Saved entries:
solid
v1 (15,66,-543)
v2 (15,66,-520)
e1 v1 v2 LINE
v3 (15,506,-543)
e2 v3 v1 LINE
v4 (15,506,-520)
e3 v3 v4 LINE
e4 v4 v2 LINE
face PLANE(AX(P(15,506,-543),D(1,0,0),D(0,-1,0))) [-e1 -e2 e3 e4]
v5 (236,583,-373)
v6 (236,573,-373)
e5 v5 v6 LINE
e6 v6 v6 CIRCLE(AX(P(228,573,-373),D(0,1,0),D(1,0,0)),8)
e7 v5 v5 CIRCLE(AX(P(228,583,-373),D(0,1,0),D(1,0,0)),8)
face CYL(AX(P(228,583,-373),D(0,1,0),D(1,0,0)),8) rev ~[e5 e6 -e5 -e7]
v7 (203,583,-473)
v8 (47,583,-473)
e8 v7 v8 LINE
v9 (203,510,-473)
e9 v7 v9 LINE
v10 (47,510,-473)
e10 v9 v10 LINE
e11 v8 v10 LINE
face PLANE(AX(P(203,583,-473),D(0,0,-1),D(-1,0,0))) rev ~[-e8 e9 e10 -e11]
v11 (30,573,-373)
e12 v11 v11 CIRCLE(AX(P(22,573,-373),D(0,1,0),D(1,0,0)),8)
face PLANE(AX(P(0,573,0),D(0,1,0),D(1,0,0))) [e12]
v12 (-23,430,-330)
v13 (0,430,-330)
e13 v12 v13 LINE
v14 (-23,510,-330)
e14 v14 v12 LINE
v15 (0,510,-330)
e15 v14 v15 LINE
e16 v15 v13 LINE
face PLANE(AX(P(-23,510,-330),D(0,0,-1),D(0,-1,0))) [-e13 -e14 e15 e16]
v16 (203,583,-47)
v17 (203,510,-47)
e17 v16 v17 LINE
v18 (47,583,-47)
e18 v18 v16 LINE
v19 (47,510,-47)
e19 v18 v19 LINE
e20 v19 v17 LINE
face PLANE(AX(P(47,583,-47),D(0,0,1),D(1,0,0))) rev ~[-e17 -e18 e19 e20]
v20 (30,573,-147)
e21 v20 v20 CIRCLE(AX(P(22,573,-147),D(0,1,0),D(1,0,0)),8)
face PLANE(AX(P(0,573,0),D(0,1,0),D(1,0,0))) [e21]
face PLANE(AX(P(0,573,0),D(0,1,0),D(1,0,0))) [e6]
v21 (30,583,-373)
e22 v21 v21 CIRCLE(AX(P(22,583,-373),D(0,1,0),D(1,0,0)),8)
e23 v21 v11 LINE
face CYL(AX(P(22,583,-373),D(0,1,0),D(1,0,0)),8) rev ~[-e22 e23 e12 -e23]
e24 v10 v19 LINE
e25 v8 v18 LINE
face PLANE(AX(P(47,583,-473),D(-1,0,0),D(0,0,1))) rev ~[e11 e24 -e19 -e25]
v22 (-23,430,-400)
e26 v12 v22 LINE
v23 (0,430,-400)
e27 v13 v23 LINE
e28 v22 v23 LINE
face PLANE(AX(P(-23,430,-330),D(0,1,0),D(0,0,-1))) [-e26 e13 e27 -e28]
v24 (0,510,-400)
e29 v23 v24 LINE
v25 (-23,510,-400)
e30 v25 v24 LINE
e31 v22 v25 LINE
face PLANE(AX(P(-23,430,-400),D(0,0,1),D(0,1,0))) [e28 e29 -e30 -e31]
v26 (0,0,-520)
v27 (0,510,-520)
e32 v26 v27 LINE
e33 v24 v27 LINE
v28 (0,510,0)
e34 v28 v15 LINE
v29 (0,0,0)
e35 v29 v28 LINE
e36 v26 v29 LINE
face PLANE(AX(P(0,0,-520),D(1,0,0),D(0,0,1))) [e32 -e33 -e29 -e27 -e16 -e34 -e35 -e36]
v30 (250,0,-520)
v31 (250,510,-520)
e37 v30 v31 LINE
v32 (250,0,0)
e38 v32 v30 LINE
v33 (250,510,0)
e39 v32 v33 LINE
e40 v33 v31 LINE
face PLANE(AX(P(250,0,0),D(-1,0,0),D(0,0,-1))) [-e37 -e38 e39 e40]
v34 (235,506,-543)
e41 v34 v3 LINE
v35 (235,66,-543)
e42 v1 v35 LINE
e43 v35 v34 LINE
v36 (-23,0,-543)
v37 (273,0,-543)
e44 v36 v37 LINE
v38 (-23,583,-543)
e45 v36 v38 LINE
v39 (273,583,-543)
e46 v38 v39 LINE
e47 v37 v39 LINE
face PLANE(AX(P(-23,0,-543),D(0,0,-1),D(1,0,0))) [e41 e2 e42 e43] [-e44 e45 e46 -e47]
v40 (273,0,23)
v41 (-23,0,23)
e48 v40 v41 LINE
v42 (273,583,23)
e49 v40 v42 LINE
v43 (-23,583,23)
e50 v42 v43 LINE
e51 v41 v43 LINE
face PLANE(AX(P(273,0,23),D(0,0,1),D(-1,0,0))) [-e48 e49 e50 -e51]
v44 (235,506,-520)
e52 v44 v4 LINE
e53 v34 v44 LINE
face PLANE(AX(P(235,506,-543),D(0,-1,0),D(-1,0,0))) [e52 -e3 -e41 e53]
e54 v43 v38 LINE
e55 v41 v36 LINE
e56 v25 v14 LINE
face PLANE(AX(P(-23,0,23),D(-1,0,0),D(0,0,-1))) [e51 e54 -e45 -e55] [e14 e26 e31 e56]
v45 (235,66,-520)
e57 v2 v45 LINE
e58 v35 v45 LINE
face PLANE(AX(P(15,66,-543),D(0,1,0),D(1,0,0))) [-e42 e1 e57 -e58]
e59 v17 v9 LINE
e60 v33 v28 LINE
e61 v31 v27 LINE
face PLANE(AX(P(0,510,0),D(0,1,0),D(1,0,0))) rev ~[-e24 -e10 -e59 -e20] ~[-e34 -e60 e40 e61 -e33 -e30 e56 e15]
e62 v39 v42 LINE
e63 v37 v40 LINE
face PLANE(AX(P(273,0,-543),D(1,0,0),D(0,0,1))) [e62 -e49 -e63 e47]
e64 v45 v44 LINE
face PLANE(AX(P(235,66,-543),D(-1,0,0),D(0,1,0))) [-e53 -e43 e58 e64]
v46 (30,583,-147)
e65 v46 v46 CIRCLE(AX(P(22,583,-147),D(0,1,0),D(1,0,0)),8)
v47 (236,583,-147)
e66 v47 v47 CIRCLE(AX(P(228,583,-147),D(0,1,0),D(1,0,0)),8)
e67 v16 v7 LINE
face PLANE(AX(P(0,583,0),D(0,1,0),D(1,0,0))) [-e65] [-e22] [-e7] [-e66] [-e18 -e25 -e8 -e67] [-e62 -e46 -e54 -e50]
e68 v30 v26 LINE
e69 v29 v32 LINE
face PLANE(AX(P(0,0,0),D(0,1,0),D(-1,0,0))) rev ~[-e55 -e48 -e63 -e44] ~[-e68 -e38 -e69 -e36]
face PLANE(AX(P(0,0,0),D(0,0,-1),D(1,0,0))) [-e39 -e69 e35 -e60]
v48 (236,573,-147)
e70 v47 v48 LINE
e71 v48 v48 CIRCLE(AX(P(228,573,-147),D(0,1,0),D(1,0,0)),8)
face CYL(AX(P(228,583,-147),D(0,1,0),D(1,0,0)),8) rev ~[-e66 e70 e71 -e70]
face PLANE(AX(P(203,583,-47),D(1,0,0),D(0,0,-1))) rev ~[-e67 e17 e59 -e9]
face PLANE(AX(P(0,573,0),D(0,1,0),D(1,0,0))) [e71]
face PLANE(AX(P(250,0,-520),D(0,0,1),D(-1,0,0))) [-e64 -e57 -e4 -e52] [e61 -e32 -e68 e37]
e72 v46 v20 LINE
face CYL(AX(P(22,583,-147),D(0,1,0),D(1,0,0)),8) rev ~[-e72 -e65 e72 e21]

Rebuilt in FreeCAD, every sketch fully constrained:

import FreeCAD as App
import Part
import Sketcher

doc = App.newDocument("Part")
body = doc.addObject("PartDesign::Body", "Body")

# Sketch on XZ plane
sketch1 = doc.addObject("Sketcher::SketchObject", "Sketch")
body.addObject(sketch1)
sketch1.AttachmentSupport = (doc.XZ_Plane, [""])
sketch1.MapMode = "FlatFace"
sketch1.addGeometry([
    Part.LineSegment(App.Vector(273, -543, 0), App.Vector(-23, -543, 0)),  # 0
    Part.LineSegment(App.Vector(-23, -543, 0), App.Vector(-23, 23, 0)),  # 1
    Part.LineSegment(App.Vector(-23, 23, 0), App.Vector(273, 23, 0)),  # 2
    Part.LineSegment(App.Vector(273, 23, 0), App.Vector(273, -543, 0)),  # 3
    Part.LineSegment(App.Vector(250, 0, 0), App.Vector(0, 0, 0)),  # 4
    Part.LineSegment(App.Vector(0, 0, 0), App.Vector(0, -520, 0)),  # 5
    Part.LineSegment(App.Vector(0, -520, 0), App.Vector(250, -520, 0)),  # 6
    Part.LineSegment(App.Vector(250, -520, 0), App.Vector(250, 0, 0)),  # 7
], False)
sketch1.addConstraint([
    Sketcher.Constraint("Coincident", 0, 2, 1, 1),
    Sketcher.Constraint("Coincident", 1, 2, 2, 1),
    Sketcher.Constraint("Coincident", 2, 2, 3, 1),
    Sketcher.Constraint("Coincident", 3, 2, 0, 1),
    Sketcher.Constraint("Coincident", 4, 2, 5, 1),
    Sketcher.Constraint("Coincident", 5, 2, 6, 1),
    Sketcher.Constraint("Coincident", 6, 2, 7, 1),
    Sketcher.Constraint("Coincident", 7, 2, 4, 1),
    Sketcher.Constraint("Horizontal", 0),
    Sketcher.Constraint("Vertical", 1),
    Sketcher.Constraint("Horizontal", 2),
    Sketcher.Constraint("Vertical", 3),
    Sketcher.Constraint("Horizontal", 4),
    Sketcher.Constraint("Vertical", 5),
    Sketcher.Constraint("Horizontal", 6),
    Sketcher.Constraint("Vertical", 7),
    Sketcher.Constraint("Coincident", 4, 2, -1, 1),
    Sketcher.Constraint("DistanceX", 4, 2, 4, 1, 250.0),
    Sketcher.Constraint("DistanceY", 5, 2, 5, 1, 520.0),
    Sketcher.Constraint("DistanceX", 0, 2, -1, 1, 23.0),
    Sketcher.Constraint("DistanceY", -1, 1, 1, 2, 23.0),
    Sketcher.Constraint("DistanceY", 0, 2, 5, 2, 23.0),
    Sketcher.Constraint("DistanceX", 6, 2, 3, 2, 23.0),
])
pad1 = doc.addObject("PartDesign::Pad", "Pad")
body.addObject(pad1)
pad1.Profile = sketch1
pad1.Length = 583
pad1.Reversed = True

# Sketch on XY plane
sketch2 = doc.addObject("Sketcher::SketchObject", "Sketch001")
body.addObject(sketch2)
sketch2.AttachmentSupport = (doc.XY_Plane, [""])
sketch2.MapMode = "FlatFace"
sketch2.AttachmentOffset = App.Placement(App.Vector(0, 0, -543), App.Rotation())
sketch2.addGeometry([
    Part.LineSegment(App.Vector(15, 506, 0), App.Vector(235, 506, 0)),
    Part.LineSegment(App.Vector(235, 506, 0), App.Vector(235, 66, 0)),
    Part.LineSegment(App.Vector(235, 66, 0), App.Vector(15, 66, 0)),
    Part.LineSegment(App.Vector(15, 66, 0), App.Vector(15, 506, 0)),
], False)
sketch2.addConstraint([
    Sketcher.Constraint("Coincident", 0, 2, 1, 1),
    Sketcher.Constraint("Coincident", 1, 2, 2, 1),
    Sketcher.Constraint("Coincident", 2, 2, 3, 1),
    Sketcher.Constraint("Coincident", 3, 2, 0, 1),
    Sketcher.Constraint("Horizontal", 0),
    Sketcher.Constraint("Vertical", 1),
    Sketcher.Constraint("Horizontal", 2),
    Sketcher.Constraint("Vertical", 3),
    Sketcher.Constraint("DistanceX", 0, 1, 0, 2, 220.0),
    Sketcher.Constraint("DistanceY", 1, 2, 1, 1, 440.0),
    Sketcher.Constraint("DistanceX", -1, 1, 0, 2, 235.0),
    Sketcher.Constraint("DistanceY", -1, 1, 0, 2, 506.0),
])
pocket1 = doc.addObject("PartDesign::Pocket", "Pocket")
body.addObject(pocket1)
pocket1.Profile = sketch2
pocket1.Length = 23
pocket1.Reversed = True

# Sketch on YZ plane
sketch3 = doc.addObject("Sketcher::SketchObject", "Sketch002")
body.addObject(sketch3)
sketch3.AttachmentSupport = (doc.YZ_Plane, [""])
sketch3.MapMode = "FlatFace"
sketch3.AttachmentOffset = App.Placement(App.Vector(0, 0, -23), App.Rotation())
sketch3.addGeometry([
    Part.LineSegment(App.Vector(510, -330, 0), App.Vector(510, -400, 0)),
    Part.LineSegment(App.Vector(510, -400, 0), App.Vector(430, -400, 0)),
    Part.LineSegment(App.Vector(430, -400, 0), App.Vector(430, -330, 0)),
    Part.LineSegment(App.Vector(430, -330, 0), App.Vector(510, -330, 0)),
], False)
sketch3.addConstraint([
    Sketcher.Constraint("Coincident", 0, 2, 1, 1),
    Sketcher.Constraint("Coincident", 1, 2, 2, 1),
    Sketcher.Constraint("Coincident", 2, 2, 3, 1),
    Sketcher.Constraint("Coincident", 3, 2, 0, 1),
    Sketcher.Constraint("Vertical", 0),
    Sketcher.Constraint("Horizontal", 1),
    Sketcher.Constraint("Vertical", 2),
    Sketcher.Constraint("Horizontal", 3),
    Sketcher.Constraint("DistanceX", 1, 2, 1, 1, 80.0),
    Sketcher.Constraint("DistanceY", 0, 2, 0, 1, 70.0),
    Sketcher.Constraint("DistanceX", -1, 1, 1, 2, 430.0),
    Sketcher.Constraint("DistanceY", 0, 2, -1, 1, 400.0),
])
pocket2 = doc.addObject("PartDesign::Pocket", "Pocket001")
body.addObject(pocket2)
pocket2.Profile = sketch3
pocket2.Length = 23
pocket2.Reversed = True

# Sketch on XZ plane
sketch4 = doc.addObject("Sketcher::SketchObject", "Sketch003")
body.addObject(sketch4)
sketch4.AttachmentSupport = (doc.XZ_Plane, [""])
sketch4.MapMode = "FlatFace"
sketch4.AttachmentOffset = App.Placement(App.Vector(0, 0, -583), App.Rotation())
sketch4.addGeometry([
    Part.LineSegment(App.Vector(0, 0, 0), App.Vector(250, 0, 0)),  # 0
    Part.LineSegment(App.Vector(250, 0, 0), App.Vector(250, -520, 0)),  # 1
    Part.LineSegment(App.Vector(250, -520, 0), App.Vector(0, -520, 0)),  # 2
    Part.LineSegment(App.Vector(0, -520, 0), App.Vector(0, 0, 0)),  # 3
    Part.LineSegment(App.Vector(203, -47, 0), App.Vector(47, -47, 0)),  # 4
    Part.LineSegment(App.Vector(47, -47, 0), App.Vector(47, -473, 0)),  # 5
    Part.LineSegment(App.Vector(47, -473, 0), App.Vector(203, -473, 0)),  # 6
    Part.LineSegment(App.Vector(203, -473, 0), App.Vector(203, -47, 0)),  # 7
], False)
sketch4.addConstraint([
    Sketcher.Constraint("Coincident", 0, 2, 1, 1),
    Sketcher.Constraint("Coincident", 1, 2, 2, 1),
    Sketcher.Constraint("Coincident", 2, 2, 3, 1),
    Sketcher.Constraint("Coincident", 3, 2, 0, 1),
    Sketcher.Constraint("Coincident", 4, 2, 5, 1),
    Sketcher.Constraint("Coincident", 5, 2, 6, 1),
    Sketcher.Constraint("Coincident", 6, 2, 7, 1),
    Sketcher.Constraint("Coincident", 7, 2, 4, 1),
    Sketcher.Constraint("Horizontal", 0),
    Sketcher.Constraint("Vertical", 1),
    Sketcher.Constraint("Horizontal", 2),
    Sketcher.Constraint("Vertical", 3),
    Sketcher.Constraint("Horizontal", 4),
    Sketcher.Constraint("Vertical", 5),
    Sketcher.Constraint("Horizontal", 6),
    Sketcher.Constraint("Vertical", 7),
    Sketcher.Constraint("Coincident", 3, 2, -1, 1),
    Sketcher.Constraint("DistanceX", -1, 1, 4, 2, 47.0),
    Sketcher.Constraint("DistanceY", 4, 2, -1, 1, 47.0),
    Sketcher.Constraint("DistanceY", 2, 2, 5, 2, 47.0),
    Sketcher.Constraint("DistanceX", 6, 2, 1, 2, 47.0),
    Sketcher.Constraint("DistanceX", 0, 1, 0, 2, 250.0),
    Sketcher.Constraint("DistanceY", 1, 2, 1, 1, 520.0),
])
pad2 = doc.addObject("PartDesign::Pad", "Pad001")
body.addObject(pad2)
pad2.Profile = sketch4
pad2.Length = 73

Problem: In the data above, repeat exactly each line from the first through the line that contains "e36 v26 v29 LINE", and give nothing else.

Result:
solid
v1 (15,66,-543)
v2 (15,66,-520)
e1 v1 v2 LINE
v3 (15,506,-543)
e2 v3 v1 LINE
v4 (15,506,-520)
e3 v3 v4 LINE
e4 v4 v2 LINE
face PLANE(AX(P(15,506,-543),D(1,0,0),D(0,-1,0))) [-e1 -e2 e3 e4]
v5 (236,583,-373)
v6 (236,573,-373)
e5 v5 v6 LINE
e6 v6 v6 CIRCLE(AX(P(228,573,-373),D(0,1,0),D(1,0,0)),8)
e7 v5 v5 CIRCLE(AX(P(228,583,-373),D(0,1,0),D(1,0,0)),8)
face CYL(AX(P(228,583,-373),D(0,1,0),D(1,0,0)),8) rev ~[e5 e6 -e5 -e7]
v7 (203,583,-473)
v8 (47,583,-473)
e8 v7 v8 LINE
v9 (203,510,-473)
e9 v7 v9 LINE
v10 (47,510,-473)
e10 v9 v10 LINE
e11 v8 v10 LINE
face PLANE(AX(P(203,583,-473),D(0,0,-1),D(-1,0,0))) rev ~[-e8 e9 e10 -e11]
v11 (30,573,-373)
e12 v11 v11 CIRCLE(AX(P(22,573,-373),D(0,1,0),D(1,0,0)),8)
face PLANE(AX(P(0,573,0),D(0,1,0),D(1,0,0))) [e12]
v12 (-23,430,-330)
v13 (0,430,-330)
e13 v12 v13 LINE
v14 (-23,510,-330)
e14 v14 v12 LINE
v15 (0,510,-330)
e15 v14 v15 LINE
e16 v15 v13 LINE
face PLANE(AX(P(-23,510,-330),D(0,0,-1),D(0,-1,0))) [-e13 -e14 e15 e16]
v16 (203,583,-47)
v17 (203,510,-47)
e17 v16 v17 LINE
v18 (47,583,-47)
e18 v18 v16 LINE
v19 (47,510,-47)
e19 v18 v19 LINE
e20 v19 v17 LINE
face PLANE(AX(P(47,583,-47),D(0,0,1),D(1,0,0))) rev ~[-e17 -e18 e19 e20]
v20 (30,573,-147)
e21 v20 v20 CIRCLE(AX(P(22,573,-147),D(0,1,0),D(1,0,0)),8)
face PLANE(AX(P(0,573,0),D(0,1,0),D(1,0,0))) [e21]
face PLANE(AX(P(0,573,0),D(0,1,0),D(1,0,0))) [e6]
v21 (30,583,-373)
e22 v21 v21 CIRCLE(AX(P(22,583,-373),D(0,1,0),D(1,0,0)),8)
e23 v21 v11 LINE
face CYL(AX(P(22,583,-373),D(0,1,0),D(1,0,0)),8) rev ~[-e22 e23 e12 -e23]
e24 v10 v19 LINE
e25 v8 v18 LINE
face PLANE(AX(P(47,583,-473),D(-1,0,0),D(0,0,1))) rev ~[e11 e24 -e19 -e25]
v22 (-23,430,-400)
e26 v12 v22 LINE
v23 (0,430,-400)
e27 v13 v23 LINE
e28 v22 v23 LINE
face PLANE(AX(P(-23,430,-330),D(0,1,0),D(0,0,-1))) [-e26 e13 e27 -e28]
v24 (0,510,-400)
e29 v23 v24 LINE
v25 (-23,510,-400)
e30 v25 v24 LINE
e31 v22 v25 LINE
face PLANE(AX(P(-23,430,-400),D(0,0,1),D(0,1,0))) [e28 e29 -e30 -e31]
v26 (0,0,-520)
v27 (0,510,-520)
e32 v26 v27 LINE
e33 v24 v27 LINE
v28 (0,510,0)
e34 v28 v15 LINE
v29 (0,0,0)
e35 v29 v28 LINE
e36 v26 v29 LINE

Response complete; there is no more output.